Mannen en vrouwen zijn in Gods beeld geschapen
(Genesis 1:27). Al heeft dit beeld door de zonde veel glans
verloren, kunnen wij toch iets over Gods liefde vernemen door
de edelste hoedanigheden van de mens gade te slaan.
Onze eerste kennismaking met de liefde is door
menselijke verhoudingen. Een kind ondervindt liefde van zijn
moeder en vader, grootouders, andere familieleden, en
vrienden. Het leert anderen liefhebben.
Uit deze verhoudingen leert het ook iets over de liefde van
God.
Maar aanzienlijke kennis van Gods liefde is alleen wegens
openbaring beschikbaar. In de Schrift wordt Gods liefde
uitgelegd en in Gods omgang met de mensen aangetoond.

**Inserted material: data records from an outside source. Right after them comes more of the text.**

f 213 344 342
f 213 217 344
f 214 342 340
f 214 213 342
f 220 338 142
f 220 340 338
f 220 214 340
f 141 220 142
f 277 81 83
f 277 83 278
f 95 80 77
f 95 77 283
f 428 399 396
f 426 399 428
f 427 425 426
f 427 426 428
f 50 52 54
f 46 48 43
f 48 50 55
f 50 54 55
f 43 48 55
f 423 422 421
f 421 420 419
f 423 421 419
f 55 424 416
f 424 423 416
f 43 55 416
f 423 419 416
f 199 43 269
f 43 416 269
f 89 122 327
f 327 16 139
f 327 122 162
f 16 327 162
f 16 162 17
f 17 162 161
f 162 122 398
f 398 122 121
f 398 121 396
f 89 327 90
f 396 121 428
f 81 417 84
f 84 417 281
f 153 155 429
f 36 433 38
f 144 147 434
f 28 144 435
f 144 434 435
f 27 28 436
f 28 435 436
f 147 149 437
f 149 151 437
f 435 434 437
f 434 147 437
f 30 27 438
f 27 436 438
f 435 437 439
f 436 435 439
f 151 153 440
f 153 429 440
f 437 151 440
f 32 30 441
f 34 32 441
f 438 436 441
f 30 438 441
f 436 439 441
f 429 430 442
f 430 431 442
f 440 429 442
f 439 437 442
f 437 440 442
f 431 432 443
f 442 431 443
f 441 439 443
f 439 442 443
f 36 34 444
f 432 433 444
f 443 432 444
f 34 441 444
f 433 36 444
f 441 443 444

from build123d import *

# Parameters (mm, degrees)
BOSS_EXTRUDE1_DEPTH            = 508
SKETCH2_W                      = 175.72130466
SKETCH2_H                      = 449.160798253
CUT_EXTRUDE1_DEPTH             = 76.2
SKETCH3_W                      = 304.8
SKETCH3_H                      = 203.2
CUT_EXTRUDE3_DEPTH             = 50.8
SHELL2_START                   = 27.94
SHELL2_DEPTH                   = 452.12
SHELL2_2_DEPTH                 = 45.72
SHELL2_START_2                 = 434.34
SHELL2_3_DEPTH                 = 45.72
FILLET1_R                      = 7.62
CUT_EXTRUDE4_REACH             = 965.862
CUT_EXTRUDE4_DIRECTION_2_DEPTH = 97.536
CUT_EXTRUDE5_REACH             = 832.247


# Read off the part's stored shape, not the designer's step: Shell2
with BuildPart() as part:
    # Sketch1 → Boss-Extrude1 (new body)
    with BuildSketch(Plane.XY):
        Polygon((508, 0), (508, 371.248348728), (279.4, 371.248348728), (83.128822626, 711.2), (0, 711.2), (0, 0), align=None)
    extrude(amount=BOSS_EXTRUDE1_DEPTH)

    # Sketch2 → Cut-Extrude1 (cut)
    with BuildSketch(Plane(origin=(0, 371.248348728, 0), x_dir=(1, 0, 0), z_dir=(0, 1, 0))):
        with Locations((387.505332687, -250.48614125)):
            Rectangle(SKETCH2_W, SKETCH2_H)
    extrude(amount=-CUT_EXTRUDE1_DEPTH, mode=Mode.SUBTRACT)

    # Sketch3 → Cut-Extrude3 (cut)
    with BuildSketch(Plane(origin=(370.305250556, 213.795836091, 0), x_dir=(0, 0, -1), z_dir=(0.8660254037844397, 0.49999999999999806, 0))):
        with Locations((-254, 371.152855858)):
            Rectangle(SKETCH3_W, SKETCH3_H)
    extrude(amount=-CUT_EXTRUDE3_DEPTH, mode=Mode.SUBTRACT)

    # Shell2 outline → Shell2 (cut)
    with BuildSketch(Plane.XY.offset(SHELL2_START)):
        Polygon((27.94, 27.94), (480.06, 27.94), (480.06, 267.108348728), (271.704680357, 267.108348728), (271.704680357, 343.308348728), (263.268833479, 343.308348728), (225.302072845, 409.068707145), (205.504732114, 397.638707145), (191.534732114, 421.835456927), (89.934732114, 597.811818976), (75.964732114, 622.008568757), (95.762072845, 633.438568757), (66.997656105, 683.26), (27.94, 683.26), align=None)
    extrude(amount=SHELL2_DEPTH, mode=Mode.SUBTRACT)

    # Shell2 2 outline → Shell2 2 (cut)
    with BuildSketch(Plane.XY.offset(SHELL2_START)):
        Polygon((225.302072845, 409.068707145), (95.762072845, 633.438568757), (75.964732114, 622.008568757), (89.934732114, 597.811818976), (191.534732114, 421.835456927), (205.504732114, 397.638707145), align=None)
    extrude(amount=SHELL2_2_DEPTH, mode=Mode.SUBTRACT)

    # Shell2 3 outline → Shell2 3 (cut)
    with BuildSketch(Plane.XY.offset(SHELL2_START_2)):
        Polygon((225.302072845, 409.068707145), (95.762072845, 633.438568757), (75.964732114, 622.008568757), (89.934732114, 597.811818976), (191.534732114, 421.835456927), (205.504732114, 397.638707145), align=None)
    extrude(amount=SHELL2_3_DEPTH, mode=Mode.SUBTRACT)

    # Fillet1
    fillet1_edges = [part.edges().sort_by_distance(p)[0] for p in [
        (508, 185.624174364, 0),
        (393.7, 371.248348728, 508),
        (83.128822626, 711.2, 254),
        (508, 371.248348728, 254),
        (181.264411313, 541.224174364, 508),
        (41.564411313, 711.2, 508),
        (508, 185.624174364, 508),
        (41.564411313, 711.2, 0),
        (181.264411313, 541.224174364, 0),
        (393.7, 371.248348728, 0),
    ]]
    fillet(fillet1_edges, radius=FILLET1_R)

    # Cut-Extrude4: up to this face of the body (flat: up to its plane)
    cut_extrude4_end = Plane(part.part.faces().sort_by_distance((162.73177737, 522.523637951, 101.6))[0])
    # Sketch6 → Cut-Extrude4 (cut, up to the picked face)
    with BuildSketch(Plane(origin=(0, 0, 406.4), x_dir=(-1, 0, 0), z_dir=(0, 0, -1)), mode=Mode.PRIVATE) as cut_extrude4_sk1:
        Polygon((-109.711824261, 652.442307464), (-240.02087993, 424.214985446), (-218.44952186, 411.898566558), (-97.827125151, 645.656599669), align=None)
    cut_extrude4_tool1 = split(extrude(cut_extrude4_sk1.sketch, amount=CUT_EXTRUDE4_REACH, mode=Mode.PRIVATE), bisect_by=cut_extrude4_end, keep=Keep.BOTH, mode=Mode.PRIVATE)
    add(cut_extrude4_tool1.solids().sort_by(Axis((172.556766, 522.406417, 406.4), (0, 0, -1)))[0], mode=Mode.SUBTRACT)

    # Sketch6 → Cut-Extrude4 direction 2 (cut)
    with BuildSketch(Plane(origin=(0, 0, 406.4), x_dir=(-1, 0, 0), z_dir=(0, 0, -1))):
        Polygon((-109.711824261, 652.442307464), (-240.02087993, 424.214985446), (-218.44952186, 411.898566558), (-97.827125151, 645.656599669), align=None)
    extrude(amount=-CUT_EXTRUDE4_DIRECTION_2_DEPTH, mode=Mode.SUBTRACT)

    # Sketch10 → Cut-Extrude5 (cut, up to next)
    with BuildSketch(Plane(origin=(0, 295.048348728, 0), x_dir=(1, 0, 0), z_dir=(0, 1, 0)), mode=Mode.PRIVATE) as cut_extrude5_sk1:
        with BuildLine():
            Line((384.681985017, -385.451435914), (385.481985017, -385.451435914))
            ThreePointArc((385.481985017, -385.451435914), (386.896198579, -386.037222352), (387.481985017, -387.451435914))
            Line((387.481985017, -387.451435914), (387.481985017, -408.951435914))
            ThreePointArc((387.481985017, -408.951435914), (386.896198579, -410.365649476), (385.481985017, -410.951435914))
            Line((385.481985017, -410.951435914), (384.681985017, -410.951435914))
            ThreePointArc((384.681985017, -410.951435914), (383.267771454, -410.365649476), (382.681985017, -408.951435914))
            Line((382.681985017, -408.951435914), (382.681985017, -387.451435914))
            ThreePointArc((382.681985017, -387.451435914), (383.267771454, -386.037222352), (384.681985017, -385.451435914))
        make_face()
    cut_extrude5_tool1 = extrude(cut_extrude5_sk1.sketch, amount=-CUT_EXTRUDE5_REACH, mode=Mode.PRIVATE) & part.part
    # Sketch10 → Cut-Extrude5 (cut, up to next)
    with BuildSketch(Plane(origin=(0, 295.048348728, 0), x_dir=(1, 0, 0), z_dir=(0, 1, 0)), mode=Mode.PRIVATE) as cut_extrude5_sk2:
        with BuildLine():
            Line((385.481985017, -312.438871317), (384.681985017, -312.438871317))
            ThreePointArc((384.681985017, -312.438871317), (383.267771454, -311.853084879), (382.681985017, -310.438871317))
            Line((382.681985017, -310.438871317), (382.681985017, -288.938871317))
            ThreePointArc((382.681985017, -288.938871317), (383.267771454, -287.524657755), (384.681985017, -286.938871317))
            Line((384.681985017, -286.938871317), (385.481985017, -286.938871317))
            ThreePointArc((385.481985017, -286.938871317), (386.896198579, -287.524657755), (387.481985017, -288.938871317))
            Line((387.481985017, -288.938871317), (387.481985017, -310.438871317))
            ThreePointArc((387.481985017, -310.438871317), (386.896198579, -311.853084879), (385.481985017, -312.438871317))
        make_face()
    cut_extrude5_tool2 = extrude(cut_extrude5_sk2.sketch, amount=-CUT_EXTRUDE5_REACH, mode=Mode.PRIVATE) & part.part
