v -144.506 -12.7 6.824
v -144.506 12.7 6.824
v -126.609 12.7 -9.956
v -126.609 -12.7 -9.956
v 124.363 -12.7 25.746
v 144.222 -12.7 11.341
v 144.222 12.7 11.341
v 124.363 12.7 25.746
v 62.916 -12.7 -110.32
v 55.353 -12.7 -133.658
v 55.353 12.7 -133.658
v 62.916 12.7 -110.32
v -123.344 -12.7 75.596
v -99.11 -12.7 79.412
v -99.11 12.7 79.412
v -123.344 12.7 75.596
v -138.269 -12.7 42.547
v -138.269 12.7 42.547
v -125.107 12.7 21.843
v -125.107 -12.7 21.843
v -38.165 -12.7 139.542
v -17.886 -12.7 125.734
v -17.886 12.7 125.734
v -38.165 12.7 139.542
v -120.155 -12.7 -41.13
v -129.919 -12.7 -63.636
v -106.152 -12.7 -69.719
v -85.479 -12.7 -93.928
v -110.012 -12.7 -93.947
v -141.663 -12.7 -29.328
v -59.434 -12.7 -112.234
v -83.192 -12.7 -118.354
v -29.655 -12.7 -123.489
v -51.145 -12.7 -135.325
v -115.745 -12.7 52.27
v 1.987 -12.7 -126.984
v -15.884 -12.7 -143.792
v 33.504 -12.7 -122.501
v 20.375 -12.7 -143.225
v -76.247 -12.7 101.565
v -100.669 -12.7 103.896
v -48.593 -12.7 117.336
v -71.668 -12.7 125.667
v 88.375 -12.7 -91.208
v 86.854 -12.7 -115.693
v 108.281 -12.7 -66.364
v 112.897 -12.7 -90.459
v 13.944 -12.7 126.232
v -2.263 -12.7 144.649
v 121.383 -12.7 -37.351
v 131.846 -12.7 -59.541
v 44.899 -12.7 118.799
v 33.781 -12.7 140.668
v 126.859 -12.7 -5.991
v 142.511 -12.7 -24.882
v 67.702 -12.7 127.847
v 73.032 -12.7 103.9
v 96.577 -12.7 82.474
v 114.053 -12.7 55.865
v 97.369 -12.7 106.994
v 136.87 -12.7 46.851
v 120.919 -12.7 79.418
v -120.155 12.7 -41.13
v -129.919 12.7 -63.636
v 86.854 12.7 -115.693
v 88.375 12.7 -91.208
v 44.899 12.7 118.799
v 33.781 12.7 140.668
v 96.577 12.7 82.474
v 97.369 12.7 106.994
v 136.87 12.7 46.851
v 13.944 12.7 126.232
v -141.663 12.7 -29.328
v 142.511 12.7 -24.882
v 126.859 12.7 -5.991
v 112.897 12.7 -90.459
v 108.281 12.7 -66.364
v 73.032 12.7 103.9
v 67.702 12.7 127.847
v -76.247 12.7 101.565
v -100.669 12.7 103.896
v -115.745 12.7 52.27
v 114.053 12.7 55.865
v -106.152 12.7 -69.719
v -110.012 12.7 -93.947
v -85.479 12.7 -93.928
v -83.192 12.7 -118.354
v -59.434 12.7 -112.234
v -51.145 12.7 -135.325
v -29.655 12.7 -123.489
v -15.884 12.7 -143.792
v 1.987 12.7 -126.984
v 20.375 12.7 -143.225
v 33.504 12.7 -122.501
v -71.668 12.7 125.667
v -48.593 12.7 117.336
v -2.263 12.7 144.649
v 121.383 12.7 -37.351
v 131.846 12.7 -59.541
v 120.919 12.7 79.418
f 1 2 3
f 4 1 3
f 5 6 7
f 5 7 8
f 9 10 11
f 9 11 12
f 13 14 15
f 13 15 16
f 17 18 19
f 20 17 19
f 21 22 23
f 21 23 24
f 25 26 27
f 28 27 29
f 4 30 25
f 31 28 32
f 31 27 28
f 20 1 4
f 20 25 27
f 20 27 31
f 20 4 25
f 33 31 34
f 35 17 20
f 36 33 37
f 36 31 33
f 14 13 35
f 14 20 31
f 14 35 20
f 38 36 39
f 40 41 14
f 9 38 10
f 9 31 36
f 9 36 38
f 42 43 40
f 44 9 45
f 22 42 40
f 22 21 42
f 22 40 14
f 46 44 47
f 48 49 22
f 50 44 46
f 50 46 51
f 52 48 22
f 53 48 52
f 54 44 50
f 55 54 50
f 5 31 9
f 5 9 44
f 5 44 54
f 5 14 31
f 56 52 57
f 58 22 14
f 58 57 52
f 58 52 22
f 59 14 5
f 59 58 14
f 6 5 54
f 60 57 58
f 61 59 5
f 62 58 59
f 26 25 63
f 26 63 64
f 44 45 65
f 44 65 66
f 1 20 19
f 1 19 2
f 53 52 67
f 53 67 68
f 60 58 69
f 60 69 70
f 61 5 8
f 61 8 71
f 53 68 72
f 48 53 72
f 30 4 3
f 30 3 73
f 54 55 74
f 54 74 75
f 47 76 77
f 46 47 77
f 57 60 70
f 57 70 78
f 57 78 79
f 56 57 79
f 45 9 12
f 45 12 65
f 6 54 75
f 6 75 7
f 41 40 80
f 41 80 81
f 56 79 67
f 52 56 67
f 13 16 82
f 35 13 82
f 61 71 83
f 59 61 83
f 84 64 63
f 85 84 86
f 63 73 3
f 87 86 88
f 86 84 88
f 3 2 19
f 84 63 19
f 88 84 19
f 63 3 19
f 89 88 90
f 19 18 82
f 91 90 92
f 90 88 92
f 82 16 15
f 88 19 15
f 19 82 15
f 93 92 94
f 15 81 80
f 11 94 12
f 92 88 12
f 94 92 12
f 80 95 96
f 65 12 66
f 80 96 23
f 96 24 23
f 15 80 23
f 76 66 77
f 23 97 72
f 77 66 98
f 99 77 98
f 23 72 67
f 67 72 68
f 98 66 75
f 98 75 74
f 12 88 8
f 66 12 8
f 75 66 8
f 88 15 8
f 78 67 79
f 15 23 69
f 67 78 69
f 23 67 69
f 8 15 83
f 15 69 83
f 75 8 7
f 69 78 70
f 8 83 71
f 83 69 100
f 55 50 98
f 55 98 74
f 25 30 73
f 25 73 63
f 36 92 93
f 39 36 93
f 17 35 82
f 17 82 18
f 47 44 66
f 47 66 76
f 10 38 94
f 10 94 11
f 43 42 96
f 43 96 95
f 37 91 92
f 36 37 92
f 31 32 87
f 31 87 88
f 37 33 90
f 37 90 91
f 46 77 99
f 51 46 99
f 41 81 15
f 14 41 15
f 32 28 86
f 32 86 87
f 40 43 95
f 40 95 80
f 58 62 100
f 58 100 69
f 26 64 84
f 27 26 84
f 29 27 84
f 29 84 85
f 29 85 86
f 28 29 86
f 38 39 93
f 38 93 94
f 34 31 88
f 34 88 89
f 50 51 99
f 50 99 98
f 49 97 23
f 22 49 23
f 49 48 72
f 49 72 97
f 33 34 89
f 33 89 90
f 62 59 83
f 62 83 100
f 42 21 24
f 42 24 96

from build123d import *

# Parameters (mm, degrees)
F0_R     = 127
F1_DEPTH = 12.7
F3_DEPTH = 25.4
F4_COUNT = 25


with BuildPart() as f1:
    # F0 (on Front) → F1 (new body, symmetric)
    with BuildSketch(Plane.XZ):
        Circle(F0_R)
    extrude(amount=F1_DEPTH, both=True)

    # F2 (on face) → F3 (join)
    with BuildSketch(Plane.XZ.offset(12.7)):
        Polygon((-2.263107348, 144.6492542012), (-17.8864400176, 125.7341451774), (13.9443057634, 126.2321525475), align=None)
    extrude(amount=-F3_DEPTH)

    # F4: F1 ×25 about axis
    f4_axis = Axis((0, 0, 0), (0, -1, 0))


with BuildPart() as f1_1:
    add(f1.part)
    for i in range(1, F4_COUNT):
        add(f1.part.rotate(f4_axis, i * 360 / F4_COUNT))


solid = f1_1.part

De ultieme betuiging van Gods liefde was het offer van
zijn Zoon aan het kruis om de mensen te verlossen: Hierin is
de liefde Gods jegens ons geopenbaard, dat God zijn
eniggeboren Zoon gezonden heeft in de wereld, opdat wij
zouden leven door Hem. Hierin is de liefde, niet dat wij God
liefgehad hebben, maar dat Hij ons heeft liefgehad en zijn Zoon
gezonden heeft als een verzoening voor onze zonden
(1 Johannes 4:9, 10).
Toen God zijn volk het bevel gaf, Gij zult de HERE, uw
God, liefhebben met geheel uw hart en met geheel uw ziel en
met geheel uw kracht hadden zij Gods liefde vele malen en op
vele wijzen ervaren. Hij mocht hun wederliefde verwachten.
Hoe kostelijk is uw goedertierenheid, o God; daarom
schuilen de mensenkinderen in de schaduw van uw vleugelen
(Psalm 36:8). Gedenk uw barmhartigheid, HERE, en uw
gunstbewijzen, want die zijn van eeuwigheid (Psalm 25:6).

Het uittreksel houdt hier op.